(Source records)
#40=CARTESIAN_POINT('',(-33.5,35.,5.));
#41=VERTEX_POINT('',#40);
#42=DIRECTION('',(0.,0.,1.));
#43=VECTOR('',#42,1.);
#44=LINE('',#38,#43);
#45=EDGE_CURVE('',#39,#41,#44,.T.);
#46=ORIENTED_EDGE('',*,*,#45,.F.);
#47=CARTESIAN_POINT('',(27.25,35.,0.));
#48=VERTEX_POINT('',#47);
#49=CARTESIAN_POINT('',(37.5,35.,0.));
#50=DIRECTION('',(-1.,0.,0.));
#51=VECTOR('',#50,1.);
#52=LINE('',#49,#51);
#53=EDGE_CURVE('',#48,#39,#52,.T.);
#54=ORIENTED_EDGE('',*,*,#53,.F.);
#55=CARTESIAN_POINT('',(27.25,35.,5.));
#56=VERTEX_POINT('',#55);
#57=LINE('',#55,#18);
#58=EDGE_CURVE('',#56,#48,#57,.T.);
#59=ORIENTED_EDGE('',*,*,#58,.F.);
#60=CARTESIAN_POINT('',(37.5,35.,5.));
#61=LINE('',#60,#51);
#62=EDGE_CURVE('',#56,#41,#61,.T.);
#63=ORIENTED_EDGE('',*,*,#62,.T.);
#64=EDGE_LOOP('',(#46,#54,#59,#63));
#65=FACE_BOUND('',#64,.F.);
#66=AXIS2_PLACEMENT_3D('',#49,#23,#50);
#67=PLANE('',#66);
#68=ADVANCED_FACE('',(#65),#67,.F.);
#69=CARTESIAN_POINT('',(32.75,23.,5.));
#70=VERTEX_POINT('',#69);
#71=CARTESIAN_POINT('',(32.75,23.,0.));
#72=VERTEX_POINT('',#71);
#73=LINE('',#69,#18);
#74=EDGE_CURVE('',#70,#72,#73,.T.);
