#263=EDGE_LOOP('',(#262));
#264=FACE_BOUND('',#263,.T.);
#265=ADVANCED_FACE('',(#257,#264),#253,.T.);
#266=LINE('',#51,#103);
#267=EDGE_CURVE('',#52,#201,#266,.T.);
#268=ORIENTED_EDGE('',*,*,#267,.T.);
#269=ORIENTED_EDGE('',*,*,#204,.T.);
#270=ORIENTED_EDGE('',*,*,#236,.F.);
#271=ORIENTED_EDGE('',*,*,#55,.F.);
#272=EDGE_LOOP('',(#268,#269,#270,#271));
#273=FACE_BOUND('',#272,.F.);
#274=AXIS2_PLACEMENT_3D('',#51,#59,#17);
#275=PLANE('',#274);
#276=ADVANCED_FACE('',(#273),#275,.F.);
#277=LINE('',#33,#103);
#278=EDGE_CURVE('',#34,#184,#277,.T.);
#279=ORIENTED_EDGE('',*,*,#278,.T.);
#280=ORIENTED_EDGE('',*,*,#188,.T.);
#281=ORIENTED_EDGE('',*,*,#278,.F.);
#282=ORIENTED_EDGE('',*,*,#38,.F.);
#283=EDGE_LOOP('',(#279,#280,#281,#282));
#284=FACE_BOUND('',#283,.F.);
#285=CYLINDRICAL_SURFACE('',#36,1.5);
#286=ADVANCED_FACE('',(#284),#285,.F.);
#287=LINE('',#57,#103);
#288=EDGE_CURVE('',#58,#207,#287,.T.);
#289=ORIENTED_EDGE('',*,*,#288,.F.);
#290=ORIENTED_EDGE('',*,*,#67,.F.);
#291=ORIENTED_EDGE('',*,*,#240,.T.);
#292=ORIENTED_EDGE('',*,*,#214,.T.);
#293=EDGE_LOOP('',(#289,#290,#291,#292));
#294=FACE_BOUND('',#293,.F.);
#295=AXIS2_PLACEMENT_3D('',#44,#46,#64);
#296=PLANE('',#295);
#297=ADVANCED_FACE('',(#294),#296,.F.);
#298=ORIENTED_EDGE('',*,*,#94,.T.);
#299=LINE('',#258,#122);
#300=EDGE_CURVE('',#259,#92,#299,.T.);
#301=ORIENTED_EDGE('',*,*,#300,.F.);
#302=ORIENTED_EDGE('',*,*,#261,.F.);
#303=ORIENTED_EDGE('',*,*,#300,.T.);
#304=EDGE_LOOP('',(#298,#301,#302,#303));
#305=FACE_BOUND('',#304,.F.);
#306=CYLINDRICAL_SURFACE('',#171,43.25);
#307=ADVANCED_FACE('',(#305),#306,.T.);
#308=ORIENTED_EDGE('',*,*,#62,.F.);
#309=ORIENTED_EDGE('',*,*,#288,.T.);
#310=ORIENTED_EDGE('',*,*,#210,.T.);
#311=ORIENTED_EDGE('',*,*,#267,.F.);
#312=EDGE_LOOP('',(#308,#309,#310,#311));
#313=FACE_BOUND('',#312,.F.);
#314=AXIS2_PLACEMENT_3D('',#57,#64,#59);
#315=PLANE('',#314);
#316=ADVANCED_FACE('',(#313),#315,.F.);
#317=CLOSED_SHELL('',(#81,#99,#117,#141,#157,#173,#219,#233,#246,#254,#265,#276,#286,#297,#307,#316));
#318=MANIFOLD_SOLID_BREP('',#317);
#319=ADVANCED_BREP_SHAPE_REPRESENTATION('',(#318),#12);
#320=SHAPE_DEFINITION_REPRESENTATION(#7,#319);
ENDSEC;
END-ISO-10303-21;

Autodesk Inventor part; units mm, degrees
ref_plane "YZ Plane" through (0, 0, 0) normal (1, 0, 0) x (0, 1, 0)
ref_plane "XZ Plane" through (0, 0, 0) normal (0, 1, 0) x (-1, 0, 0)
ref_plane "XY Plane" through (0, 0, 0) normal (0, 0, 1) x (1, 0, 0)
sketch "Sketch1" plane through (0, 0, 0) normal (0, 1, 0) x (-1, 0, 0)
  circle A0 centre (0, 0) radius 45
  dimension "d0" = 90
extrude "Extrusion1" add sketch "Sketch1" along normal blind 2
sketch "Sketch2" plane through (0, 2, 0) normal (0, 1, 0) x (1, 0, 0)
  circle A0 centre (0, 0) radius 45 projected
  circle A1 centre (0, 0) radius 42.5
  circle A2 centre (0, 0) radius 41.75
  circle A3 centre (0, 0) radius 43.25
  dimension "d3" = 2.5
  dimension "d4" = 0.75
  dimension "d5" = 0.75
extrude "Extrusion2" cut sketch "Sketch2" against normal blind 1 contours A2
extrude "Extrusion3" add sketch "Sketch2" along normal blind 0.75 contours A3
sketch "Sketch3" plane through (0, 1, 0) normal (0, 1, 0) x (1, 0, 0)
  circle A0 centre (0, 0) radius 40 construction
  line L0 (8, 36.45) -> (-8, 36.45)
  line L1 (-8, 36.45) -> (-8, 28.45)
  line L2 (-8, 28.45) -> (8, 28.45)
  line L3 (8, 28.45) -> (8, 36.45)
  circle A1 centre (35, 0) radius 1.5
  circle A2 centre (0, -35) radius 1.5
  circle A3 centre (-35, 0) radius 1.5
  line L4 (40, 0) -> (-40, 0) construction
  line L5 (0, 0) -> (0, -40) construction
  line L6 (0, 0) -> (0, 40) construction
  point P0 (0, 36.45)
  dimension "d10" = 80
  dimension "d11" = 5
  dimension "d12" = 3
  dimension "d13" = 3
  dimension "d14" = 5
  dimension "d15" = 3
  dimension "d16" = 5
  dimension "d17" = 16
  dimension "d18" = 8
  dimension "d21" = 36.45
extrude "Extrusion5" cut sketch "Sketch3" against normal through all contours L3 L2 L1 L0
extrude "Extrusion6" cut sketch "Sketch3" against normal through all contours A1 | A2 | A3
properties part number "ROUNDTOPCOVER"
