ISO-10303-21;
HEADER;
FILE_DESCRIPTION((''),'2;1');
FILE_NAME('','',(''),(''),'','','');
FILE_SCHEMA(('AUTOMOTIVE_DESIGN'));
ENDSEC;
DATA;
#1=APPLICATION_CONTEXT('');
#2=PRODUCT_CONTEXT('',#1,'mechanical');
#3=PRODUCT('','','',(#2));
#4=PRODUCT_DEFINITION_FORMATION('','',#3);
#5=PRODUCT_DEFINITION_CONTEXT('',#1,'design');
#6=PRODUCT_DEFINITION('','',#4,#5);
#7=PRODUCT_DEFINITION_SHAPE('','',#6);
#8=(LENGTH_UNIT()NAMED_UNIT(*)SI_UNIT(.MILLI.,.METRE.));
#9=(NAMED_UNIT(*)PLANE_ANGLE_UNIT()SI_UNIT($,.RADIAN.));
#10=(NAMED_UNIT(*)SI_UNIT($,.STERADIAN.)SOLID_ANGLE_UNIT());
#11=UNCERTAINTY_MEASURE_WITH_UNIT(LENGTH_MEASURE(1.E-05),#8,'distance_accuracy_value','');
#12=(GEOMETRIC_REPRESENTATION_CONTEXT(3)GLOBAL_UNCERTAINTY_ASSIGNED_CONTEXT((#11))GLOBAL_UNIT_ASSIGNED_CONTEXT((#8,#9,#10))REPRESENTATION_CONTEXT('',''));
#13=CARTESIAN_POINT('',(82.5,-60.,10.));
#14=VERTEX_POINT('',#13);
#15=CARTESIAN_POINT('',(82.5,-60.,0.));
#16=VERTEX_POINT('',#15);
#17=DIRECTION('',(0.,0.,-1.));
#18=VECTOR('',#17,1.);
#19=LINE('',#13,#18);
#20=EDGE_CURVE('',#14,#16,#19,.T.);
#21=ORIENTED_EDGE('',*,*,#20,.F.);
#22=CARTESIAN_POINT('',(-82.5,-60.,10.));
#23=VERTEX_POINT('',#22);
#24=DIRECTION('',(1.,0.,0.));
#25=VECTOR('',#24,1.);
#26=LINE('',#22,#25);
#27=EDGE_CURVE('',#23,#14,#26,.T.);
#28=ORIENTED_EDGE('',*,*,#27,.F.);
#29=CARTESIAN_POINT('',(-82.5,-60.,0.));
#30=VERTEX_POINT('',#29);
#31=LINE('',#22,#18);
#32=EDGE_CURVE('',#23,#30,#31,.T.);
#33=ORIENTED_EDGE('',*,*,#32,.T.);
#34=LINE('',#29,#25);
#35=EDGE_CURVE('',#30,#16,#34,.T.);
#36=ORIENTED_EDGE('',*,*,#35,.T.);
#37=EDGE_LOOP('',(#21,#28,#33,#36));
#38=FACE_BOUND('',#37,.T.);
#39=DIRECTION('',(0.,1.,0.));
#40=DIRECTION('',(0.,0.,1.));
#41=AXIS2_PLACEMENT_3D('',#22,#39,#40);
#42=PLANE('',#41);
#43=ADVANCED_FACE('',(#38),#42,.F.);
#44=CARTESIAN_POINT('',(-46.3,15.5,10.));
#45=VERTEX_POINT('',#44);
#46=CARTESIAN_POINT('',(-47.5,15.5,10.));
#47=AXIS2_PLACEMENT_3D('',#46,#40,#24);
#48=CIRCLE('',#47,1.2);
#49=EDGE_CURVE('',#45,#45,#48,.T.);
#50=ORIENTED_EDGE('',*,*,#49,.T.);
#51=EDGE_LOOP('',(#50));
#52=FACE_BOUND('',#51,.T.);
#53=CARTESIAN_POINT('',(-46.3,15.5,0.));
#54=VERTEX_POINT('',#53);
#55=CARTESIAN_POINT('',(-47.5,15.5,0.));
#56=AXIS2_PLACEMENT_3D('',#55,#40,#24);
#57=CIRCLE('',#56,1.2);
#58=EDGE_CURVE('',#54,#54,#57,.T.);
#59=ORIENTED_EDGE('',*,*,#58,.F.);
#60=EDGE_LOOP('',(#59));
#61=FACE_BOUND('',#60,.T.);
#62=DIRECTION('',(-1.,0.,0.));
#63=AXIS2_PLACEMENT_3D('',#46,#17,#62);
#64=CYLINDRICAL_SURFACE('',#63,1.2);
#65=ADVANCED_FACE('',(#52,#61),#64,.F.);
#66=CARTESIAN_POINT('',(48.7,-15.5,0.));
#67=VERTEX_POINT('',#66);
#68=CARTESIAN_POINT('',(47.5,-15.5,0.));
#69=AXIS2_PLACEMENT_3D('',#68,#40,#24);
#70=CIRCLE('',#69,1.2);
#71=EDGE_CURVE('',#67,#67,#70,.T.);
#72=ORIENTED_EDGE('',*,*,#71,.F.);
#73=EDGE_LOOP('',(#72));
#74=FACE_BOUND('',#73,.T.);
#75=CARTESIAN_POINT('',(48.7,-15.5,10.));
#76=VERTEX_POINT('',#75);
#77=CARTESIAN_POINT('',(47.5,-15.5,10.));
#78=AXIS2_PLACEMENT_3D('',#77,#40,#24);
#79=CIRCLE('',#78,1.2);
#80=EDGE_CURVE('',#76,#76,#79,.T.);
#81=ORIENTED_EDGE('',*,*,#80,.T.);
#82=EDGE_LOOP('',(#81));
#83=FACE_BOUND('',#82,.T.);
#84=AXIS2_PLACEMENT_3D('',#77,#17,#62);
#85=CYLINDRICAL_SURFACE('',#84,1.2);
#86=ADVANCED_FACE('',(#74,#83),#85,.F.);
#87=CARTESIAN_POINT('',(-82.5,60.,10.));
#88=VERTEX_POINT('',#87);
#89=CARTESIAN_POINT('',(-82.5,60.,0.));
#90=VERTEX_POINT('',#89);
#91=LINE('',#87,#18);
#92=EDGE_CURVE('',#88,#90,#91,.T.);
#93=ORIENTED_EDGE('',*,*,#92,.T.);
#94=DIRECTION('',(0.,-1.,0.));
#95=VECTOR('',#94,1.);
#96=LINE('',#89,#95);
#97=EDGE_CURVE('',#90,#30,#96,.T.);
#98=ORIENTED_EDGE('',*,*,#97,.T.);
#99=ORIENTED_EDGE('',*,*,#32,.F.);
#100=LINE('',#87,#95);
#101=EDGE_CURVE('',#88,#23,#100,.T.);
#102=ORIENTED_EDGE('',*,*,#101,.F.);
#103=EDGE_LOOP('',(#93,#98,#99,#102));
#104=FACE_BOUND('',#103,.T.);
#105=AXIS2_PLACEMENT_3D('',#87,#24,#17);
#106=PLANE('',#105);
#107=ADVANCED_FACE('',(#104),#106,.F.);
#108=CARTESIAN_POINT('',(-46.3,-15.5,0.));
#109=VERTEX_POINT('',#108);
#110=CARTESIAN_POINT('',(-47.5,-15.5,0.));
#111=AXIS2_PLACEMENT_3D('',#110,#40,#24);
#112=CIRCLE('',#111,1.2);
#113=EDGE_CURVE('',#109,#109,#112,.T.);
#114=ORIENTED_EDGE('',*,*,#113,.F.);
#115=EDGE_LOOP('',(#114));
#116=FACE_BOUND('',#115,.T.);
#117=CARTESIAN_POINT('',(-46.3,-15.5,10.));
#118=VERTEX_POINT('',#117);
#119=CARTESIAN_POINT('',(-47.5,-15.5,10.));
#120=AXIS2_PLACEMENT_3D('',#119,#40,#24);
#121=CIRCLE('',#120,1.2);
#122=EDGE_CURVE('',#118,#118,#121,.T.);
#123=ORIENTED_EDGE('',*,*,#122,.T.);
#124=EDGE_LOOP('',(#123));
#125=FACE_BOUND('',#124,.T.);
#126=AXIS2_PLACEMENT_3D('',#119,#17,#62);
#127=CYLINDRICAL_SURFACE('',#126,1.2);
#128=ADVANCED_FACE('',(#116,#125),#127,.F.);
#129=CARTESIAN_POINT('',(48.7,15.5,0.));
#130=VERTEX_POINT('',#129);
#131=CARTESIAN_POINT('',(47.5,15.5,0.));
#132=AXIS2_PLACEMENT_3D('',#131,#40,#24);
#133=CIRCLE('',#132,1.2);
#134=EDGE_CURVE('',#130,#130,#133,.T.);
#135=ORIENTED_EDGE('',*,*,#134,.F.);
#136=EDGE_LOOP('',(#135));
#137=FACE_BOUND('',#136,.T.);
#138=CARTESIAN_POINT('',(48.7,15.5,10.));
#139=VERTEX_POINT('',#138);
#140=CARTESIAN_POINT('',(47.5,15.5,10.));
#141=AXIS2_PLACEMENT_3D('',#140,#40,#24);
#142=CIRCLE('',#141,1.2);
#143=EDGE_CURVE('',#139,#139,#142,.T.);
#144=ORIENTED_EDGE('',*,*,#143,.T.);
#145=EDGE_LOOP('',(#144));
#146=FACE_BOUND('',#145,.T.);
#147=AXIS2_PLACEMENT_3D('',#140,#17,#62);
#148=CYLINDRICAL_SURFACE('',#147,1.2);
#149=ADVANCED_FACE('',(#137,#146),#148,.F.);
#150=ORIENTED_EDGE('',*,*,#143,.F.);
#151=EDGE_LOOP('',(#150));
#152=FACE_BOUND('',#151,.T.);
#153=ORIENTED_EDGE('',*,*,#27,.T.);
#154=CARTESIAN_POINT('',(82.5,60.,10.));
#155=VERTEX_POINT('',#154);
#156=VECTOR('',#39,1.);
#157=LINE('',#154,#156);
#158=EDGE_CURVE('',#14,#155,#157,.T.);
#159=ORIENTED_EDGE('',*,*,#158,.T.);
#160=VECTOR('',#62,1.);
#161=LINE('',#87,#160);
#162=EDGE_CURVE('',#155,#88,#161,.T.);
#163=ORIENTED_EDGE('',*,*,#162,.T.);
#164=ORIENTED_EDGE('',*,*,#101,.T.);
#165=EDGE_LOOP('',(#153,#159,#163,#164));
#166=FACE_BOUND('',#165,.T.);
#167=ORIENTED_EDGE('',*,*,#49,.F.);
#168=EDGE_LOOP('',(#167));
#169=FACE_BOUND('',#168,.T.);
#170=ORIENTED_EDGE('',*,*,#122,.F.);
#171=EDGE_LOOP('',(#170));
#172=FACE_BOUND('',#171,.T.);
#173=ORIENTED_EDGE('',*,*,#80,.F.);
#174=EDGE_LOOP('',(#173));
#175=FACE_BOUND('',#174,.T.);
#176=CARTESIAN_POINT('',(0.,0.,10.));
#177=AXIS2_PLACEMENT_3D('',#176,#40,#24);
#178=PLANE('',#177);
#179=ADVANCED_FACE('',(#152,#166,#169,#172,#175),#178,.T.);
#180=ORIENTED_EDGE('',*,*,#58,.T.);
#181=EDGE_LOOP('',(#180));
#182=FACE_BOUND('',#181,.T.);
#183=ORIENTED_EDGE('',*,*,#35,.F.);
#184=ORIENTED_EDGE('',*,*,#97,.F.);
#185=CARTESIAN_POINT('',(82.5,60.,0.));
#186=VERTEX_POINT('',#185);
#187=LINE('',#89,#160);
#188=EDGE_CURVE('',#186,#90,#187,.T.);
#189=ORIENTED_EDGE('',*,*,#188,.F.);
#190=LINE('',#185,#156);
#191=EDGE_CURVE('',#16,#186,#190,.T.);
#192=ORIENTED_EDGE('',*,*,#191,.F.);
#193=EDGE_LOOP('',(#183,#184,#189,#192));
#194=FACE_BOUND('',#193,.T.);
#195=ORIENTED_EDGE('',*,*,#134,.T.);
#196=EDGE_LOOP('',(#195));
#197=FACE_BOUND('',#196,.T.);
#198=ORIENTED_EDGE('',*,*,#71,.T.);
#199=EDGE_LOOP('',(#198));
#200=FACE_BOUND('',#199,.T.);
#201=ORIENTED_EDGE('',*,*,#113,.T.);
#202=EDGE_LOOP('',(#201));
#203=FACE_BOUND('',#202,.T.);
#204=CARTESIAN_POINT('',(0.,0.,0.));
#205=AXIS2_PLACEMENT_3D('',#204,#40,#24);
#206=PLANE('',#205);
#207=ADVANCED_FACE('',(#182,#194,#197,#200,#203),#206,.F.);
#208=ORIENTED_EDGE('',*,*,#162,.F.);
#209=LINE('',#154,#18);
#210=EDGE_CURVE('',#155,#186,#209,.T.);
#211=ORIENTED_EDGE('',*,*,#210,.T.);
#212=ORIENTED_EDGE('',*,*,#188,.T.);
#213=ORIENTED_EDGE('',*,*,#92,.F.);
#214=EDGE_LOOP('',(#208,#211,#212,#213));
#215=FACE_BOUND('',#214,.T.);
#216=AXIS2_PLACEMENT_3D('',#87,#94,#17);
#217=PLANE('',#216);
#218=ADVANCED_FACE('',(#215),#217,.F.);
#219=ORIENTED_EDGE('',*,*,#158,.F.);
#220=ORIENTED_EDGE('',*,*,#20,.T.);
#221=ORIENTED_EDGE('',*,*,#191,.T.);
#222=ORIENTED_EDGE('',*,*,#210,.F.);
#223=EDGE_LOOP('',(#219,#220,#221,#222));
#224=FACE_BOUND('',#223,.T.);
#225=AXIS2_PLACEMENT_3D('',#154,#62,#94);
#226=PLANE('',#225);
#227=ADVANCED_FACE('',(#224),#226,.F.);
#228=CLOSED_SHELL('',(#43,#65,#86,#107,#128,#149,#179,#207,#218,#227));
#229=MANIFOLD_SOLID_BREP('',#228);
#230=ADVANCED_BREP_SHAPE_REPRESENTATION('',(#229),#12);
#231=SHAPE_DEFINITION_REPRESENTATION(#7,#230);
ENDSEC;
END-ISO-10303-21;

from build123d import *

# Parameters (mm, degrees)
SKETCH1_W           = 165
SKETCH1_H           = 120
SKETCH1_R           = 1.2
BOSS_EXTRUDE1_DEPTH = 10


with BuildPart() as part:
    # Sketch1 → Boss-Extrude1 (new body)
    with BuildSketch(Plane.XY):
        Rectangle(SKETCH1_W, SKETCH1_H)
        with Locations((-47.5, 15.5)):
            Circle(SKETCH1_R, mode=Mode.SUBTRACT)
        with Locations((-47.5, -15.5)):
            Circle(SKETCH1_R, mode=Mode.SUBTRACT)
        with Locations((47.5, -15.5)):
            Circle(SKETCH1_R, mode=Mode.SUBTRACT)
        with Locations((47.5, 15.5)):
            Circle(SKETCH1_R, mode=Mode.SUBTRACT)
    extrude(amount=BOSS_EXTRUDE1_DEPTH)


solid = part.part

## Problem statement
Apply a filter for "against" to the entries and show each line that passes.

## Exercise result
extrude "Extrusion2" cut sketch "Sketch2" against normal blind 1 contours A2
extrude "Extrusion5" cut sketch "Sketch3" against normal through all contours L3 L2 L1 L0
extrude "Extrusion6" cut sketch "Sketch3" against normal through all contours A1 | A2 | A3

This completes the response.